I'm not a victim. I'm happy to own my lateness, tell friends about it when it happens, and own my condition. I'm also happy to hold down an £80k job and deal with the abnormal stress and cortisol levels that come from keeping myself on track to meet key meeting times, while flexi-timing my way through the day to day. That doesn't mean I need to add all of the cortisol and military precision planning again once a week to meet you with Swiss train punctuality for coffee. If 8 minutes out (sometimes) is too late, that's fine, drop me - that's how my friendship group works. That's not being rude on purpose, or making a judgement call on you being less important, it's just when the distractibility, impulsivity and risk taking cards might all come crashing down around my head.

But don't trot away muttering that it's because I'm thoughtless and I don't try hard enough when you haven't made the vaguest effort to understand how bloody difficult it is keeping the job, the household, the kids out of social services for not being collected from school on time, and 7 clubs a week attended. (Have a look here, if you're actually tempted to try to understand why your strategies don't work in the same way for me www.additudemag.com/secrets-of-the-adhd-brain/ ).

I'm not a victim. I have ADD. Our brains are physically different. americanhealthimaging.com/blog/brain-scan-help-diagnose-adhd/ I manage it. I might not manage it to your satisfaction, but from my perspective, it's better than topping myself because you're perfectly happy to tell me I'm a weak, useless human being who's not trying hard enough to turn up on time and I'm clearly not as good as you because you can.

ADD has bounteous upsides as well.
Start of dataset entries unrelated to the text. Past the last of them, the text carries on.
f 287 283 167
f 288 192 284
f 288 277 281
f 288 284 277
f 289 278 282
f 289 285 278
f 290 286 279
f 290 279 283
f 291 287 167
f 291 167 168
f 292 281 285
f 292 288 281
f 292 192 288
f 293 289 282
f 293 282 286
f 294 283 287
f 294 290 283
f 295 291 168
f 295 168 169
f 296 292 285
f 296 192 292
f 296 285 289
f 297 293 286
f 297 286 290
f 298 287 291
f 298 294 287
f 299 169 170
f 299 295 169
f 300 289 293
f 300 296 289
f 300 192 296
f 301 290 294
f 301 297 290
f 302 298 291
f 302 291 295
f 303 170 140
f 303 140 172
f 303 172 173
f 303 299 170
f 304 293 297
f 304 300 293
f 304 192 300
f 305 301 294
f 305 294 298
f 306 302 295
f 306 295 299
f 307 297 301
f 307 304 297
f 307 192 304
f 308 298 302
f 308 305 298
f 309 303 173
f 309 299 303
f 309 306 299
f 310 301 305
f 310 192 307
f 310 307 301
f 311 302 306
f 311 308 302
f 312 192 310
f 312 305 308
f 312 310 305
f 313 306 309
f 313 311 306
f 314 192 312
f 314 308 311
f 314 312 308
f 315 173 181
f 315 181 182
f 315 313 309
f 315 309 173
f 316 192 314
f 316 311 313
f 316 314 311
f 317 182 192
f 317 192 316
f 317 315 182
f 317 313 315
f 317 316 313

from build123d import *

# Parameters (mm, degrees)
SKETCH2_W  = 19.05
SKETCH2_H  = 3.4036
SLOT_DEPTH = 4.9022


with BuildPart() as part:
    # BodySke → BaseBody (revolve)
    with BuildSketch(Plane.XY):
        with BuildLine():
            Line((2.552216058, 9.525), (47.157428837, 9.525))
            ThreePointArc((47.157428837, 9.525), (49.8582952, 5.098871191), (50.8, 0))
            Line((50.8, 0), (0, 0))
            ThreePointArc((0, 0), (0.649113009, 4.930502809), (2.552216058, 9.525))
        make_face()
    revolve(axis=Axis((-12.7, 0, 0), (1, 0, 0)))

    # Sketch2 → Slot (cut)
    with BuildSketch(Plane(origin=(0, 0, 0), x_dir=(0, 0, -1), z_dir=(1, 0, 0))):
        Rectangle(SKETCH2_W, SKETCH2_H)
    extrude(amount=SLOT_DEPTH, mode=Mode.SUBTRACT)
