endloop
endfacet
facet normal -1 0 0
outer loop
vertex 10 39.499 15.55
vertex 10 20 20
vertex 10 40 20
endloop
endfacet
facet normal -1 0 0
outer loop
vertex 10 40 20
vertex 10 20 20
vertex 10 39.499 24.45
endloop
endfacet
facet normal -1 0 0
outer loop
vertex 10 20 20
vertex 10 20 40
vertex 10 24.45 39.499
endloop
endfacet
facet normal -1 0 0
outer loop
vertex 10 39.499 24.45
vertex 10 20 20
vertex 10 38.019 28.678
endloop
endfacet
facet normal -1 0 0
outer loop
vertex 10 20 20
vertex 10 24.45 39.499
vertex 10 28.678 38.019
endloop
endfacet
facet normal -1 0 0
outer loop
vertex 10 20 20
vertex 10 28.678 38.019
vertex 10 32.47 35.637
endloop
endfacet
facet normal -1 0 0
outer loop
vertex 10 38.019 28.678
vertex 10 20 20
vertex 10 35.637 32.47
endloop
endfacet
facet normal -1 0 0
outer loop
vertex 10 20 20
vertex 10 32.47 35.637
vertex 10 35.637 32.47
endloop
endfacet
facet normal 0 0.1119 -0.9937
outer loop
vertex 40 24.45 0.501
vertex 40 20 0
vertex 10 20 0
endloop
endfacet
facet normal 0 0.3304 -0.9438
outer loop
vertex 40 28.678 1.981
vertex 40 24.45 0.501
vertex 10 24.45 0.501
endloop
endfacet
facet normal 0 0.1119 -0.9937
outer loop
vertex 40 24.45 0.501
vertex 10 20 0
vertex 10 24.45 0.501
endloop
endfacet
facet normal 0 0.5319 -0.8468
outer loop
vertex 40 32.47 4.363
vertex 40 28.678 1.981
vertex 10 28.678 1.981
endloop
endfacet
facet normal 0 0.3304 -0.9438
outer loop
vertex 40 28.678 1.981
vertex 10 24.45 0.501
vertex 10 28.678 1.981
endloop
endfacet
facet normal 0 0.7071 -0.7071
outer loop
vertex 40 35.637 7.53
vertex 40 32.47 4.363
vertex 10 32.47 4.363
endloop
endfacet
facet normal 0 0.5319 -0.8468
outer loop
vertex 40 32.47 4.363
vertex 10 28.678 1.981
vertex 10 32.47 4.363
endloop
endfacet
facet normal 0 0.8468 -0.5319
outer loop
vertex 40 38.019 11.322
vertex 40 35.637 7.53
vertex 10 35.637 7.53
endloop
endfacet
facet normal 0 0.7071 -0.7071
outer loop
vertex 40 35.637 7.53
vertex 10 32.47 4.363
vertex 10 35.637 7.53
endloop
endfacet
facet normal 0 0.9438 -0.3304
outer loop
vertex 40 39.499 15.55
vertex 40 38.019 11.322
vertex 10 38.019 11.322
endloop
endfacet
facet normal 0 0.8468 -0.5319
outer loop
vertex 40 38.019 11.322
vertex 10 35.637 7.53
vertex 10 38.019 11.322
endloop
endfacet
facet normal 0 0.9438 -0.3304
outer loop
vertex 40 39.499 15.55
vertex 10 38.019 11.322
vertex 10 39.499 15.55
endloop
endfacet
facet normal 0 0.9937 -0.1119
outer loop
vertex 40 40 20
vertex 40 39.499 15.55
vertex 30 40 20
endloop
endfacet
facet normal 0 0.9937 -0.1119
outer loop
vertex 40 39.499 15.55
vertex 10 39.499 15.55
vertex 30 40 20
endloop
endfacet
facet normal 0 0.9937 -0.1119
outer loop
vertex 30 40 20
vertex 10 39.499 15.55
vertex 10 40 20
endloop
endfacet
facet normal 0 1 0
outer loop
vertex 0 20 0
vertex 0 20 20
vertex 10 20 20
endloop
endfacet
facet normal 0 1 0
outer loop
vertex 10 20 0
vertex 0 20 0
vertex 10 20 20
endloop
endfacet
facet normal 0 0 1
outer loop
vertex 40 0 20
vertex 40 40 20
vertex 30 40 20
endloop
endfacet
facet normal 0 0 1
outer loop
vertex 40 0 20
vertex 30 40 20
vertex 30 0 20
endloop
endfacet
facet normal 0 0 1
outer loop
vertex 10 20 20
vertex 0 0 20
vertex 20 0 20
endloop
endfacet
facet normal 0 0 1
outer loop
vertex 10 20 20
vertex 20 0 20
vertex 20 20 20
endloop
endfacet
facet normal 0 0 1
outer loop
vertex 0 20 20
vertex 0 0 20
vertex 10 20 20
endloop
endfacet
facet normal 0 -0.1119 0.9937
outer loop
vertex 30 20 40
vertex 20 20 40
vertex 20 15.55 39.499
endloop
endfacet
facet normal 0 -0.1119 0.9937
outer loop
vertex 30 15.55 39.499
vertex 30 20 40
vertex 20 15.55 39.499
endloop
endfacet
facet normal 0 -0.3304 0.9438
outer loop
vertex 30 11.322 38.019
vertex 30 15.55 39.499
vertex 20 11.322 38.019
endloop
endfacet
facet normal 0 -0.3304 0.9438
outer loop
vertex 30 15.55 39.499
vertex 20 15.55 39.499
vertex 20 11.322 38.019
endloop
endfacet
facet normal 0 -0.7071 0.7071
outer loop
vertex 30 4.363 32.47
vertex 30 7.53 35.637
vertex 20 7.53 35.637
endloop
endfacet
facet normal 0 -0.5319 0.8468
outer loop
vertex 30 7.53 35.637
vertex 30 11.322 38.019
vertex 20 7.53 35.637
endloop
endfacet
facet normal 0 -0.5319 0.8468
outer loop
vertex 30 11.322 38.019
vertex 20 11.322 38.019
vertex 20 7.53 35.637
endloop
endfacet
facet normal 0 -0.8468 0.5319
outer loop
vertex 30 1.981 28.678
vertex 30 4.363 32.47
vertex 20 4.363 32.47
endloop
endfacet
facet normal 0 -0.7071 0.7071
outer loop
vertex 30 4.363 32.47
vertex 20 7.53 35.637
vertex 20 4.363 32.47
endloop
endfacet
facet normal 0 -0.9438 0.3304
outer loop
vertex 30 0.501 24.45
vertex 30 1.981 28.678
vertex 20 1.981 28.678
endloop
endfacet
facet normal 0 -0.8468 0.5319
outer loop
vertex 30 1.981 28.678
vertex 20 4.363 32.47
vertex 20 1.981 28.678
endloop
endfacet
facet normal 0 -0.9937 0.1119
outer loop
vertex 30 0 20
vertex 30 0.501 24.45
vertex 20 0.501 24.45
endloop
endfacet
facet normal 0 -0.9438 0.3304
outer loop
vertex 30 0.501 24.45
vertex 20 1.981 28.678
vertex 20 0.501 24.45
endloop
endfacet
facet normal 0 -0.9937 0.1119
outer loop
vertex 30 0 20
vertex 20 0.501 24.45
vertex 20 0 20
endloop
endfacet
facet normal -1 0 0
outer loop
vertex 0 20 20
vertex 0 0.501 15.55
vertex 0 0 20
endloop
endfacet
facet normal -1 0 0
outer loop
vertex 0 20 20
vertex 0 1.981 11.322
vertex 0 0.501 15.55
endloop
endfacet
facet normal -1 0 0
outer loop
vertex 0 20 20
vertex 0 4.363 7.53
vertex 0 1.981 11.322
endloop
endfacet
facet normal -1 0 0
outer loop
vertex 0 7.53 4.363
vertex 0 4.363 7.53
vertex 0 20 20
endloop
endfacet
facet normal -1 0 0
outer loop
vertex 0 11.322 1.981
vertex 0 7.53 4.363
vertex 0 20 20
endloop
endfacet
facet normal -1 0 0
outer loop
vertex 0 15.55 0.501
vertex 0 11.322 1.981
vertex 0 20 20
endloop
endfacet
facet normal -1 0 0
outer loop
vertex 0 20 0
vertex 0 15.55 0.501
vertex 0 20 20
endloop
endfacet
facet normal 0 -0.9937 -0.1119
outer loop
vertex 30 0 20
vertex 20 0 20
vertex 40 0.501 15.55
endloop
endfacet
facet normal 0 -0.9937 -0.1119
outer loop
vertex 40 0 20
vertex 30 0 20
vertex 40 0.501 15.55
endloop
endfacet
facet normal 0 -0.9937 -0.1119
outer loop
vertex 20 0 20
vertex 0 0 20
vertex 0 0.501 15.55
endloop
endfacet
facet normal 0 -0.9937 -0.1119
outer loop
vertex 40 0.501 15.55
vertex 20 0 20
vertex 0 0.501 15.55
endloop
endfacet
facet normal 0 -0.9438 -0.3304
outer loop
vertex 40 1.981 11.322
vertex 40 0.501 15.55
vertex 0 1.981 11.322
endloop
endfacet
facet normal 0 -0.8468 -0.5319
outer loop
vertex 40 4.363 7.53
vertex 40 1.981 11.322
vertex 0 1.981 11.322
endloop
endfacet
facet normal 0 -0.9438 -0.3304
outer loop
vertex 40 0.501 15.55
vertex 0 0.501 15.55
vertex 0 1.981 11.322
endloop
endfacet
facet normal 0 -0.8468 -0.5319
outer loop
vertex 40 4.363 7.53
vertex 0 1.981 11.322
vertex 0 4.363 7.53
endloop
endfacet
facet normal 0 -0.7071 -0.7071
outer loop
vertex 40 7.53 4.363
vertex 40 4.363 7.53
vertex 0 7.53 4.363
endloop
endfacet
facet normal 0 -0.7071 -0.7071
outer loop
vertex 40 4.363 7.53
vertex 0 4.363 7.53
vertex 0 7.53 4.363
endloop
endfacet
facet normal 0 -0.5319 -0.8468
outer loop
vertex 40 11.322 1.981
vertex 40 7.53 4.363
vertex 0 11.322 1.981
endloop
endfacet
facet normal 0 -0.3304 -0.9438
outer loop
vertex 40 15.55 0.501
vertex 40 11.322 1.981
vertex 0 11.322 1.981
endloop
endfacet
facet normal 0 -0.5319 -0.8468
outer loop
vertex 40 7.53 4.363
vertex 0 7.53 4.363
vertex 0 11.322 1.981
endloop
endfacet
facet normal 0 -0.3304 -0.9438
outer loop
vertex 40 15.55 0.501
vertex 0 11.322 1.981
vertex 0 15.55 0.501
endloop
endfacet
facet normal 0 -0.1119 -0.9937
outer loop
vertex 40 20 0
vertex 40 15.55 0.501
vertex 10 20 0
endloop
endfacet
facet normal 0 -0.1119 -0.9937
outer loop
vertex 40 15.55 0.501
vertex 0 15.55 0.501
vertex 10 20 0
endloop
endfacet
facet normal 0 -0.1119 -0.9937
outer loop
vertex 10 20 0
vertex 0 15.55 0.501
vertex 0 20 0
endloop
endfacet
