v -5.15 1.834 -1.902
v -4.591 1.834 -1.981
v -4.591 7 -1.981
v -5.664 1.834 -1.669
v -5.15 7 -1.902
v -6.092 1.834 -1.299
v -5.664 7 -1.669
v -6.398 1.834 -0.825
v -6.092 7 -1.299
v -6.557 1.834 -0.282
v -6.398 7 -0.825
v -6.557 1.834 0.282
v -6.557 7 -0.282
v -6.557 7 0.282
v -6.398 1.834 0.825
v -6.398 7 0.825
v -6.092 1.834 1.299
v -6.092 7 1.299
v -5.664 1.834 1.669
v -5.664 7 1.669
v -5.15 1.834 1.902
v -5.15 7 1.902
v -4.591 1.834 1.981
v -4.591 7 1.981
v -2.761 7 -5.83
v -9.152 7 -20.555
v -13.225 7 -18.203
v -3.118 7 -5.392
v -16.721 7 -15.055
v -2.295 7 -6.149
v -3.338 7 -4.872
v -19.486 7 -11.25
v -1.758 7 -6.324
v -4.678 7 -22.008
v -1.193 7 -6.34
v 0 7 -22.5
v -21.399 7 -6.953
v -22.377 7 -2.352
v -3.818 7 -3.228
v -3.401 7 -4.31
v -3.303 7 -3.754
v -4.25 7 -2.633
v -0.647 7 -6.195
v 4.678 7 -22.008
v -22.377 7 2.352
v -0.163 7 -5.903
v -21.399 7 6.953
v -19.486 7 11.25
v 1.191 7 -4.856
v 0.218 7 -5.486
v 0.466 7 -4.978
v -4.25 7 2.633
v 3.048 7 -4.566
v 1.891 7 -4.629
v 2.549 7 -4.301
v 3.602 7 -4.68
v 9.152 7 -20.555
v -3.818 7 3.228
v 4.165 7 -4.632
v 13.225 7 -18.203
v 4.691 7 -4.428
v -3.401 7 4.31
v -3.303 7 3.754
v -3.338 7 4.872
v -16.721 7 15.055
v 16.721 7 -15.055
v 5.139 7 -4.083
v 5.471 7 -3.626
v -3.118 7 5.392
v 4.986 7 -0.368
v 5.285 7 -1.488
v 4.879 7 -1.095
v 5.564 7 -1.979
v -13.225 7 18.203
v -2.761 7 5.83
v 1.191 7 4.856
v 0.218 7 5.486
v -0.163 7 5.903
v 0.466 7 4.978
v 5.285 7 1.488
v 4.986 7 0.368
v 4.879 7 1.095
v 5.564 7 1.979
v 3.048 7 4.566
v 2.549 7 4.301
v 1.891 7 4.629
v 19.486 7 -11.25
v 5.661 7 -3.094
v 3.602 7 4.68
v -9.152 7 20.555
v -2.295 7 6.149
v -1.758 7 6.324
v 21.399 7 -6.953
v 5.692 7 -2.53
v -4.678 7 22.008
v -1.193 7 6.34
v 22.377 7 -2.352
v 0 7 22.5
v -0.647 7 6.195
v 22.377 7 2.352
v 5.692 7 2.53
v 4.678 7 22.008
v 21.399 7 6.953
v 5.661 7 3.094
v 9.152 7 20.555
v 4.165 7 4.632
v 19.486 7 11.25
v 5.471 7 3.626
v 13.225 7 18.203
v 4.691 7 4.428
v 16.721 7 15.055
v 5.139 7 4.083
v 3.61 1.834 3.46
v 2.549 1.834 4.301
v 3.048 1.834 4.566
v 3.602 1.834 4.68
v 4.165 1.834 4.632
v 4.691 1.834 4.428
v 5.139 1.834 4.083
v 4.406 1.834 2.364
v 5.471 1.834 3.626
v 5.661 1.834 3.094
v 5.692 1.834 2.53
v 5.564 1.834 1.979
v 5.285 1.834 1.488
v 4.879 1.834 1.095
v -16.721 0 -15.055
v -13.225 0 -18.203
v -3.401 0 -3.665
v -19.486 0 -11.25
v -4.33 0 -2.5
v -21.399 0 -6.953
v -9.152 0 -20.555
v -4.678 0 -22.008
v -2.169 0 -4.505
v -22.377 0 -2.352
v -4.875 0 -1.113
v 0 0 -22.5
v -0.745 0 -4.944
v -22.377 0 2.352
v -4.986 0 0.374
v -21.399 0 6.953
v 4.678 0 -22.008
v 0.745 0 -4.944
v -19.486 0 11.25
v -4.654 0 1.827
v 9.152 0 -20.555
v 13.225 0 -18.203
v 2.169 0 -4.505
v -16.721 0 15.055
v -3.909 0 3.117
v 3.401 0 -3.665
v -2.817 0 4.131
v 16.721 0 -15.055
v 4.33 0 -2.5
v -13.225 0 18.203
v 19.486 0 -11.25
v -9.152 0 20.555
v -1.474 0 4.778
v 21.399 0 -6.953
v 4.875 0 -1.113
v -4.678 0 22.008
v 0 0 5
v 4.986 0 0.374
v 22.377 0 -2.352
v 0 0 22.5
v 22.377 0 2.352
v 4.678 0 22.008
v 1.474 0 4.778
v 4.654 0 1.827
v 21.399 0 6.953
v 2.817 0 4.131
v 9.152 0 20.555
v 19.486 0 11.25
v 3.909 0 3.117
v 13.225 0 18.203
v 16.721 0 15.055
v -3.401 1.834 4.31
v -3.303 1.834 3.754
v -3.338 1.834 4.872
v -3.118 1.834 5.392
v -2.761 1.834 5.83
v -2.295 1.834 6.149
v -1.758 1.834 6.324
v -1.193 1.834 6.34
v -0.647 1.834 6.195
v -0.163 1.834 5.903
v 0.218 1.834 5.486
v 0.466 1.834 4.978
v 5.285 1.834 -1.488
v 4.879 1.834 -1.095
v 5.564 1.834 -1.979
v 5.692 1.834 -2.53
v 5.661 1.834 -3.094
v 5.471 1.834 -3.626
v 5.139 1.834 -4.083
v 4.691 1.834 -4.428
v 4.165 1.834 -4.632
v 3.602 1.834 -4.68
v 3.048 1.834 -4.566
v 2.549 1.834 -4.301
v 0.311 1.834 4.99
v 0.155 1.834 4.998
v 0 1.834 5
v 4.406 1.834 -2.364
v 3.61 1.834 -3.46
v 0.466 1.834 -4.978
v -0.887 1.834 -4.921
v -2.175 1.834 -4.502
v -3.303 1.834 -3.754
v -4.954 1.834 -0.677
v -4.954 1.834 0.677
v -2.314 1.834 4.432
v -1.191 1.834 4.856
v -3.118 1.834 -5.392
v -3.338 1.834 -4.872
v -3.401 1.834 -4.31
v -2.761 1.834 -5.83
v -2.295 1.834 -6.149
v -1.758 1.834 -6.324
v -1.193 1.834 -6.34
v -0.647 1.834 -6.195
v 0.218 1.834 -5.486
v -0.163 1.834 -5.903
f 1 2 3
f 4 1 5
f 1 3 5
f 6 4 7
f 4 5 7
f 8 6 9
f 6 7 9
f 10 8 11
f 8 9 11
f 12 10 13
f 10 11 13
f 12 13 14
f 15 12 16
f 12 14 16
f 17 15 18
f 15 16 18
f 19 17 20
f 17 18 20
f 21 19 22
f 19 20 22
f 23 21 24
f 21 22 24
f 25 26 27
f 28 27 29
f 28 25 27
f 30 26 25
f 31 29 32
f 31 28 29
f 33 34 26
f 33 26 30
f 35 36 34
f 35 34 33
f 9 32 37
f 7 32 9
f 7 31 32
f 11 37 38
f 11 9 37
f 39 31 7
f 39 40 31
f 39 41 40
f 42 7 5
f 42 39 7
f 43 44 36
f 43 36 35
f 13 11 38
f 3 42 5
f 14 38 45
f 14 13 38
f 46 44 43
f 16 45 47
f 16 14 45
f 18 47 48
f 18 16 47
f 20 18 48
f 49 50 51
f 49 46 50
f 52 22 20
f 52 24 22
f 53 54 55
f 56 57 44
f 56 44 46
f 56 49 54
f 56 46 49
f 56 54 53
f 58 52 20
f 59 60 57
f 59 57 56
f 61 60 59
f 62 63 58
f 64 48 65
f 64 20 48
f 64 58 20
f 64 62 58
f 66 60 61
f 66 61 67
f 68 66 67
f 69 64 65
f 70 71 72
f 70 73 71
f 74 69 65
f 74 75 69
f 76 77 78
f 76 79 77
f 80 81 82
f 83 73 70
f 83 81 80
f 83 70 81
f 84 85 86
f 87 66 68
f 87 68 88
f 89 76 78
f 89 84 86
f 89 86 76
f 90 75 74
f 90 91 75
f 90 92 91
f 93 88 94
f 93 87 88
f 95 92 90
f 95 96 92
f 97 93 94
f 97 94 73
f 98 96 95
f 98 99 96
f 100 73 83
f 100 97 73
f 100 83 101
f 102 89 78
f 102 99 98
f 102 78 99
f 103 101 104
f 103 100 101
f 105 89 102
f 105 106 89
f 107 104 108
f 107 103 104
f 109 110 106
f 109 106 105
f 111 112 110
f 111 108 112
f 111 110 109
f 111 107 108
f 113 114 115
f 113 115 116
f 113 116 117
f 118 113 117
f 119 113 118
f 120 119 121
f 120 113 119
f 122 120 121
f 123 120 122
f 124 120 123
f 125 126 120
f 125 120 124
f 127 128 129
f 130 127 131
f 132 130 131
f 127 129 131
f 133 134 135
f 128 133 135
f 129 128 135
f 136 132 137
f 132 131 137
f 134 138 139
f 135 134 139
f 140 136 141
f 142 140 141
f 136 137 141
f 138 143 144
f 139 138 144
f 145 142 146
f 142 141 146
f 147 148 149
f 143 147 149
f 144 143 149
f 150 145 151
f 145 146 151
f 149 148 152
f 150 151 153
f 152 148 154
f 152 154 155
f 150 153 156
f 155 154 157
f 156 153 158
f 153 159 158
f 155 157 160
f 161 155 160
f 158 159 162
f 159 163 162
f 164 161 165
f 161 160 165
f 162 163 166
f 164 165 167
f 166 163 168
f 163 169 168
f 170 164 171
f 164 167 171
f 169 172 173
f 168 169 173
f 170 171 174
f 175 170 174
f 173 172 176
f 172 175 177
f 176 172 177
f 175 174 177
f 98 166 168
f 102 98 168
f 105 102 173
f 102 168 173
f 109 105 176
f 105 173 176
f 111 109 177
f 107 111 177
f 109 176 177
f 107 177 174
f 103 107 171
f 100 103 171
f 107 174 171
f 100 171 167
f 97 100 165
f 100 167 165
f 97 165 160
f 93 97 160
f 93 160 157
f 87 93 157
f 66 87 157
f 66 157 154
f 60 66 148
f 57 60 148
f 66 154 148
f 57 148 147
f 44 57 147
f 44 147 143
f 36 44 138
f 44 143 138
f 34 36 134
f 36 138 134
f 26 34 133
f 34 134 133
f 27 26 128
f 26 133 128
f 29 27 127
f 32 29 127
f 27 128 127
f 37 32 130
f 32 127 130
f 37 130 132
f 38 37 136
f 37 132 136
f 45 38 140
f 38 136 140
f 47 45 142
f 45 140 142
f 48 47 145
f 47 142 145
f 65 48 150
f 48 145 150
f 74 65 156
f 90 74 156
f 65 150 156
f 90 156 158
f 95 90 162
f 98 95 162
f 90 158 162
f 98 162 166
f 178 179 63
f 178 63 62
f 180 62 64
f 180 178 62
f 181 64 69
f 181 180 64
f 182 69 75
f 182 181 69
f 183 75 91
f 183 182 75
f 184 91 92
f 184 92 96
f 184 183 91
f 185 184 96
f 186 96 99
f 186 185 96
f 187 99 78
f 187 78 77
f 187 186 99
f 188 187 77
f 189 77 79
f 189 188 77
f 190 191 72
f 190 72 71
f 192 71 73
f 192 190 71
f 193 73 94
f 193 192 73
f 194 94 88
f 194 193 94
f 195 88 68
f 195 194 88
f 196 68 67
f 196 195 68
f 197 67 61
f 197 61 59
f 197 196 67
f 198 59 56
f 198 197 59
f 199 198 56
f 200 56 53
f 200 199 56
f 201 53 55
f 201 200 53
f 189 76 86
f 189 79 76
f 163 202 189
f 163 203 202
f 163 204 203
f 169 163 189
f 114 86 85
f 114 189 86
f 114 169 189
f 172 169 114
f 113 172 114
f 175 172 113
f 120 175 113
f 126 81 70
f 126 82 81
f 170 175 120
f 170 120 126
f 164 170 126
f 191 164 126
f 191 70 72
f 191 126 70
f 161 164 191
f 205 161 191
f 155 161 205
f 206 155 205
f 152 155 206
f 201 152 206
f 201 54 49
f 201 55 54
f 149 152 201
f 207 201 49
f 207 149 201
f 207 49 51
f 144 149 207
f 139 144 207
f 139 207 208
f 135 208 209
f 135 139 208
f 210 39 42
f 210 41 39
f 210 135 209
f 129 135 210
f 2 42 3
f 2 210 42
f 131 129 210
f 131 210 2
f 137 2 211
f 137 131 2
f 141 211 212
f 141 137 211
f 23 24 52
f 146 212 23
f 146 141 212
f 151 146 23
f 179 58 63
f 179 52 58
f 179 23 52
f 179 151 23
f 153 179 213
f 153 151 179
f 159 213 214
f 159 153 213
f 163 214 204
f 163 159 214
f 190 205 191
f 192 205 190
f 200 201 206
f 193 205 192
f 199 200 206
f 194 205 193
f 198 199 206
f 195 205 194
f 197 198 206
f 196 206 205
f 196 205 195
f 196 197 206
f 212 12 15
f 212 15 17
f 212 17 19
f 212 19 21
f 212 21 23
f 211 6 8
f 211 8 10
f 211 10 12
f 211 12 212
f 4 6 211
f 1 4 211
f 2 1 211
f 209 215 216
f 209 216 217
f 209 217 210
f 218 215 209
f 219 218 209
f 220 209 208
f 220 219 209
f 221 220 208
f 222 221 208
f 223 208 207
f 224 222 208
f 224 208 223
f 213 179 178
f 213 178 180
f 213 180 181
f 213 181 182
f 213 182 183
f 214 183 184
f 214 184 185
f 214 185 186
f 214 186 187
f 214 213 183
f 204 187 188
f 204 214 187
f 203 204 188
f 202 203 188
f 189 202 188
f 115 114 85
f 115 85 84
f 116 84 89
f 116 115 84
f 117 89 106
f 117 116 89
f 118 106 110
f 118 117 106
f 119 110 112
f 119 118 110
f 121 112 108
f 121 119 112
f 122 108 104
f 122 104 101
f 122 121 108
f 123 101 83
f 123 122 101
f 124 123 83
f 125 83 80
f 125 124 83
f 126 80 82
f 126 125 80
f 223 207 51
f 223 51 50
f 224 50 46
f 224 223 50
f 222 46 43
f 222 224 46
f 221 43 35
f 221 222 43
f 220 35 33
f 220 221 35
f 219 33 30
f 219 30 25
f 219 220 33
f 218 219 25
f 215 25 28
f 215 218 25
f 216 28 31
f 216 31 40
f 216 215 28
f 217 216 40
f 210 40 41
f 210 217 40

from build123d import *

# Parameters (mm, degrees)
SKETCH1_R           = 22.5
BOSS_EXTRUDE1_DEPTH = 7
SKETCH2_R           = 5
CUT_EXTRUDE1_DEPTH  = 33.580669115
SKETCH3_R           = 1.981426301
CUT_EXTRUDE2_DEPTH  = 5.165945731
CIRPATTERN1_COUNT   = 5


with BuildPart() as part:
    # Sketch1 → Boss-Extrude1 (new body)
    with BuildSketch(Plane(origin=(0, 0, 0), x_dir=(1, 0, 0), z_dir=(0, 1, 0))):
        Circle(SKETCH1_R)
    extrude(amount=BOSS_EXTRUDE1_DEPTH)

    # Sketch2 → Cut-Extrude1 (cut, through all)
    with BuildSketch(Plane(origin=(0, 0, 0), x_dir=(1, 0, 0), z_dir=(0, 1, 0))):
        Circle(SKETCH2_R)
    extrude(amount=CUT_EXTRUDE1_DEPTH, mode=Mode.SUBTRACT)

    # Sketch3 → Cut-Extrude2 (cut)
    with BuildSketch(Plane(origin=(0, 7, 0), x_dir=(1, 0, 0), z_dir=(0, 1, 0))):
        with Locations((-4.596235577, 0)):
            Circle(SKETCH3_R)
    cut_extrude2 = extrude(amount=-CUT_EXTRUDE2_DEPTH, mode=Mode.SUBTRACT)

    # CirPattern1: Cut-Extrude2 ×5 about axis
    cirpattern1_axis = Axis((0, 0, 0), (0, 1, 0))
    for i in range(1, CIRPATTERN1_COUNT):
        add(cut_extrude2.rotate(cirpattern1_axis, i * 360 / CIRPATTERN1_COUNT), mode=Mode.SUBTRACT)


solid = part.part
One of them appears to be some of you lot not wanting to be friends with me. Counting my ND blessings!

Excelthetube · 08/09/2021 22:01

@MeandT
Genuinely you need to calm down a bit and not take what people on the Internet say all that seriously. If you’re getting annoyed. Walk away from the thread.

DontMakeMeShushYou · 08/09/2021 22:02

@SpeedRunParent
That's interesting that you can recognise that but may i ask why you don't learn from that insight and add 50% more time to cater for your lack of ability to correctly estimate the time needed?
I was considering this very thing today - why simply allowing extra time doesn't help and how could I explain why it doesn't.
I think it comes back, at least in part, to the distraction trait - the more time I have the more opportunity there is to get distracted. If I leave it to the last minute to get ready or do something, the less opportunity there is for for distractions to creep in and derail me but then there's also no room for error.